Singapore: IPOS releases guidelines on registering non-physical products as designs

In brief

The Intellectual Property Office of Singapore (IPOS) has released the "Registered Designs Guidelines on Non-Physical Products" ("Guidelines") to provide applicants with a better understanding of registering non-physical products as designs.


Contents

In more detail

To support the growth of the local design industry, Singapore broadened the scope of designs that can be registered to include non-physical products on 30 October 2017.

Earlier this month, IPOS released the Guidelines, which provide an overview of virtual designs and the registration requirements for non-physical products. We set out the key points of the Guidelines below. 

Overview of virtual designs and extended reality

The Guidelines set out brief explanations of the terms (i.e., "augmented reality," "augmented virtuality," "mixed reality" and "virtual environment" or "virtual reality") contained in the "reality-virtuality continuum" diagram as set out below:

Diagram: Paul Milgram's "reality-virtuality continuum".

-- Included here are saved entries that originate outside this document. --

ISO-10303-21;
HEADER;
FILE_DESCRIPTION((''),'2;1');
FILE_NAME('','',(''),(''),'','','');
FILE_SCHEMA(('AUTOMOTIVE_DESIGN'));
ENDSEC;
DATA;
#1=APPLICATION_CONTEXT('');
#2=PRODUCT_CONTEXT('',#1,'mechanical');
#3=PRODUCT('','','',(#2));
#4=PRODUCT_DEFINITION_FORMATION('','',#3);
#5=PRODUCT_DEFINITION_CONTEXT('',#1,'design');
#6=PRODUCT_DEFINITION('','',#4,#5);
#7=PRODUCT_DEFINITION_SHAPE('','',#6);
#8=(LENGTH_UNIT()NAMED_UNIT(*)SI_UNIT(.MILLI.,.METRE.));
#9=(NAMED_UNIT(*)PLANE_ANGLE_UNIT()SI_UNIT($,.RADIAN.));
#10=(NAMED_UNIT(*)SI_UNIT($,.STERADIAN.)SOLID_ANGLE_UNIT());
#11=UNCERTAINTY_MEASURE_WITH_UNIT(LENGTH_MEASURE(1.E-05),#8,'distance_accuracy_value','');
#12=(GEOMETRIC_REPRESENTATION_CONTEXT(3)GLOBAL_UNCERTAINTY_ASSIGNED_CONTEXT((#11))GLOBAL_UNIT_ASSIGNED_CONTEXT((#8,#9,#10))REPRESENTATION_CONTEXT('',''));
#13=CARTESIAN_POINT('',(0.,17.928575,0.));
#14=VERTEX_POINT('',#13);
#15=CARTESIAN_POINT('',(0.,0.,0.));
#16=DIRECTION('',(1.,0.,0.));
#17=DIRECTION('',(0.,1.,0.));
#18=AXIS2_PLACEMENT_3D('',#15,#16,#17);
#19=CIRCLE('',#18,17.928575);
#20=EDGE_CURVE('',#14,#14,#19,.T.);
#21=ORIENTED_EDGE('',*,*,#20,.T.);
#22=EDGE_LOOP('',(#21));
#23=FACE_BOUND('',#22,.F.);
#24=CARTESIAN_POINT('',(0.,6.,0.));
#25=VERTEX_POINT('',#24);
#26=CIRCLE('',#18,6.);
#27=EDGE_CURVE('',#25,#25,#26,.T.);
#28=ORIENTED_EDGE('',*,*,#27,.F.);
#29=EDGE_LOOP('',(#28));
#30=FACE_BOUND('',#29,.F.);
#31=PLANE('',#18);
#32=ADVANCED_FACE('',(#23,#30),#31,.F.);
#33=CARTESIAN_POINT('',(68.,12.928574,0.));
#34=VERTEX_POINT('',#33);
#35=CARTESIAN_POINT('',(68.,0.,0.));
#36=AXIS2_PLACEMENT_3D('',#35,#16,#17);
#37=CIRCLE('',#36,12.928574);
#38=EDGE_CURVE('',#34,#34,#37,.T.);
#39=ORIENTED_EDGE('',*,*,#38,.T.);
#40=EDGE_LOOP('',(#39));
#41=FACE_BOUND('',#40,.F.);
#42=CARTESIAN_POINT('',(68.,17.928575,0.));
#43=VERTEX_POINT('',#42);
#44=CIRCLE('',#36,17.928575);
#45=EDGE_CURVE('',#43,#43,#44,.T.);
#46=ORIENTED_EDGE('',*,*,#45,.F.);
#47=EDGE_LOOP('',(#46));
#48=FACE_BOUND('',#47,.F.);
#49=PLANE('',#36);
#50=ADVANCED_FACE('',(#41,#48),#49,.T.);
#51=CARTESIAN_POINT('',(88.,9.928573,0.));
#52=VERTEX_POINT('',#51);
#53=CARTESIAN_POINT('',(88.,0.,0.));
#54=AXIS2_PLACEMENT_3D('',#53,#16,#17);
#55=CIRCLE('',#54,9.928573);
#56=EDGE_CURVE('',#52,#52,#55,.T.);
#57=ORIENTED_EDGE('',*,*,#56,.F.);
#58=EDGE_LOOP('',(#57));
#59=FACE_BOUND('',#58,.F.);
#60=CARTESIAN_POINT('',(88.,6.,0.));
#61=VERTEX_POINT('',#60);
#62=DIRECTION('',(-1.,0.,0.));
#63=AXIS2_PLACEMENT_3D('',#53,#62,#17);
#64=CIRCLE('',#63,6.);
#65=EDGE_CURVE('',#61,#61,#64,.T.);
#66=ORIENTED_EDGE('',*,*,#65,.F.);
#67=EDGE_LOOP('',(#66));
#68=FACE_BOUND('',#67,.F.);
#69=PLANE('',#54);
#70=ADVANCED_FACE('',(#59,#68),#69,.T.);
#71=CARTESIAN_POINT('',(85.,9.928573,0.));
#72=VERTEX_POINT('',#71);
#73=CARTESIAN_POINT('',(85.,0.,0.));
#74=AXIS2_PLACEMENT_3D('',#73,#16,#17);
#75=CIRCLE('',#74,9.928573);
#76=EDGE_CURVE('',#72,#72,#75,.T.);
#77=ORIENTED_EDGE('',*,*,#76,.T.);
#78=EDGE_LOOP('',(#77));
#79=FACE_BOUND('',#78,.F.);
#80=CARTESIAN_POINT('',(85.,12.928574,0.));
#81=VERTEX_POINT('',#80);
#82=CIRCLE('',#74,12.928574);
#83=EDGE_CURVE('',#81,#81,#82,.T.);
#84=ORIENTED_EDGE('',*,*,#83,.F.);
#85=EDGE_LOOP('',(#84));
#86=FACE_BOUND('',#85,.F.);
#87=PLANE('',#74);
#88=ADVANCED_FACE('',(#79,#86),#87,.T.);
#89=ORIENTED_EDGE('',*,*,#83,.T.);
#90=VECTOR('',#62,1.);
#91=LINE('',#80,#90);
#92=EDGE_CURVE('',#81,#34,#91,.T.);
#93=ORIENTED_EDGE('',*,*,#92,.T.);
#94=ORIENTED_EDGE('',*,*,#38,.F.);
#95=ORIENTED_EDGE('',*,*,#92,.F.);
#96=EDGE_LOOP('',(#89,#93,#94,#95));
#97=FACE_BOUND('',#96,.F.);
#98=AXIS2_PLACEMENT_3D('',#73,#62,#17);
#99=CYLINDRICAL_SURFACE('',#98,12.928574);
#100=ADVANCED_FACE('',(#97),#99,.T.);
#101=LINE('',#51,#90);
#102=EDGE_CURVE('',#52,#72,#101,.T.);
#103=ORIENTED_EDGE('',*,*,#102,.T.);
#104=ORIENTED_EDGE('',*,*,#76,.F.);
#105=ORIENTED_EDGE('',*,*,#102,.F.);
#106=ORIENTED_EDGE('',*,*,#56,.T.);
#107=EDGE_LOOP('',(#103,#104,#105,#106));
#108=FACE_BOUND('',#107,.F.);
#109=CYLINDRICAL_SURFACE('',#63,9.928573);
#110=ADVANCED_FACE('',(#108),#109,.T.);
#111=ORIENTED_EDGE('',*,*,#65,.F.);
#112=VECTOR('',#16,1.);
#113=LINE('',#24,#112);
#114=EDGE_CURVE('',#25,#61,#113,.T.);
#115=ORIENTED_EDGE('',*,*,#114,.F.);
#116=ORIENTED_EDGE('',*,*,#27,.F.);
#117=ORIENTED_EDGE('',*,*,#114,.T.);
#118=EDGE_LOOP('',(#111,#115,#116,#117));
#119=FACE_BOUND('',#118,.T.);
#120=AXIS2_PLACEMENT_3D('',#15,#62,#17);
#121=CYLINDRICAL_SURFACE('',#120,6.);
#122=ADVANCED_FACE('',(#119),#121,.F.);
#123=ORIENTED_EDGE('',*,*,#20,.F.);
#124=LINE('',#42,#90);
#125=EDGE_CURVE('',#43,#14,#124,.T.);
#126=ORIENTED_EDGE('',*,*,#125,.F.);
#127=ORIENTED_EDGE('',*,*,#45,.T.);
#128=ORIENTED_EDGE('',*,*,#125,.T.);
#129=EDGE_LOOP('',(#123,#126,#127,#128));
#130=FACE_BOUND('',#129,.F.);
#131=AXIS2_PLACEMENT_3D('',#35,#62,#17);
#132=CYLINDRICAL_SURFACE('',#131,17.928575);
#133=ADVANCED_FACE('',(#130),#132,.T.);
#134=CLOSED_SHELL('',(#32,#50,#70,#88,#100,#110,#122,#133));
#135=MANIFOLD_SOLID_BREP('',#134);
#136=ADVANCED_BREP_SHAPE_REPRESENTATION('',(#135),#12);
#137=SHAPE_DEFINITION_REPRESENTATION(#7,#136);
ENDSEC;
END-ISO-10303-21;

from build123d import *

# Parameters (mm, degrees)
F2_R     = 6
F3_DEPTH = 88.001


with BuildPart() as f1:
    # F0 (on Top) → F1 (revolve)
    with BuildSketch(Plane.XY):
        Polygon((0, 17.928575), (0, 0), (88, 0), (88, 9.928573), (85, 9.928573), (85, 12.928574), (68, 12.928574), (68, 17.928575), align=None)
    revolve(axis=Axis((44, 0, 0), (1, 0, 0)))

    # F2 (on Right) → F3 (cut, through all)
    with BuildSketch(Plane.YZ):
        Circle(F2_R)
    extrude(amount=F3_DEPTH, mode=Mode.SUBTRACT)


solid = f1.part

The Guidelines further explain that not all forms of immersive technologies are considered non-physical products. 

Registration requirements

The criteria for the registration of non-physical products are the following:

  • No physical form: The design is not tangible or does not have a physical form.
  • Produced by projection on surface or into medium: The design is produced by the projection of a design on a surface or into a medium (including air), where the projection is from a light source. Virtual keyboards or number pads that are projected on a surface would fulfill this requirement. In contrast, designs emitted from a device (e.g., the graphical user interface on a mobile phone's display screen) will not be considered designs applied to a non-physical product as the designs are not emitted from the device.
  • Intrinsic utilitarian function, not merely to portray appearance or to convey information: The non-physical product must perform a utilitarian function. Designs for decorative purposes and that do not serve any utilitarian functions are not registrable. 

Other guidelines

The Guidelines sets out examples of what are potentially registrable and non-registrable non-physical products:

  • Potentially registrable products include designs of musical instruments and whiteboards produced via a smart projector where users can interact with the designs for a utilitarian function (e.g., to produce notes of different pitches in the case of a virtual musical instrument and to write on the whiteboard in the case of a virtual whiteboard).
  • Non-registrable products include designs of head-up displays (i.e., projections on the windscreen of a vehicle that provide information to drivers) as these displays merely convey information, and designs from a virtual reality headset as the virtual environment or design is merely displayed from a screen and not emitted, and the designs merely portray an appearance that serves no utilitarian function.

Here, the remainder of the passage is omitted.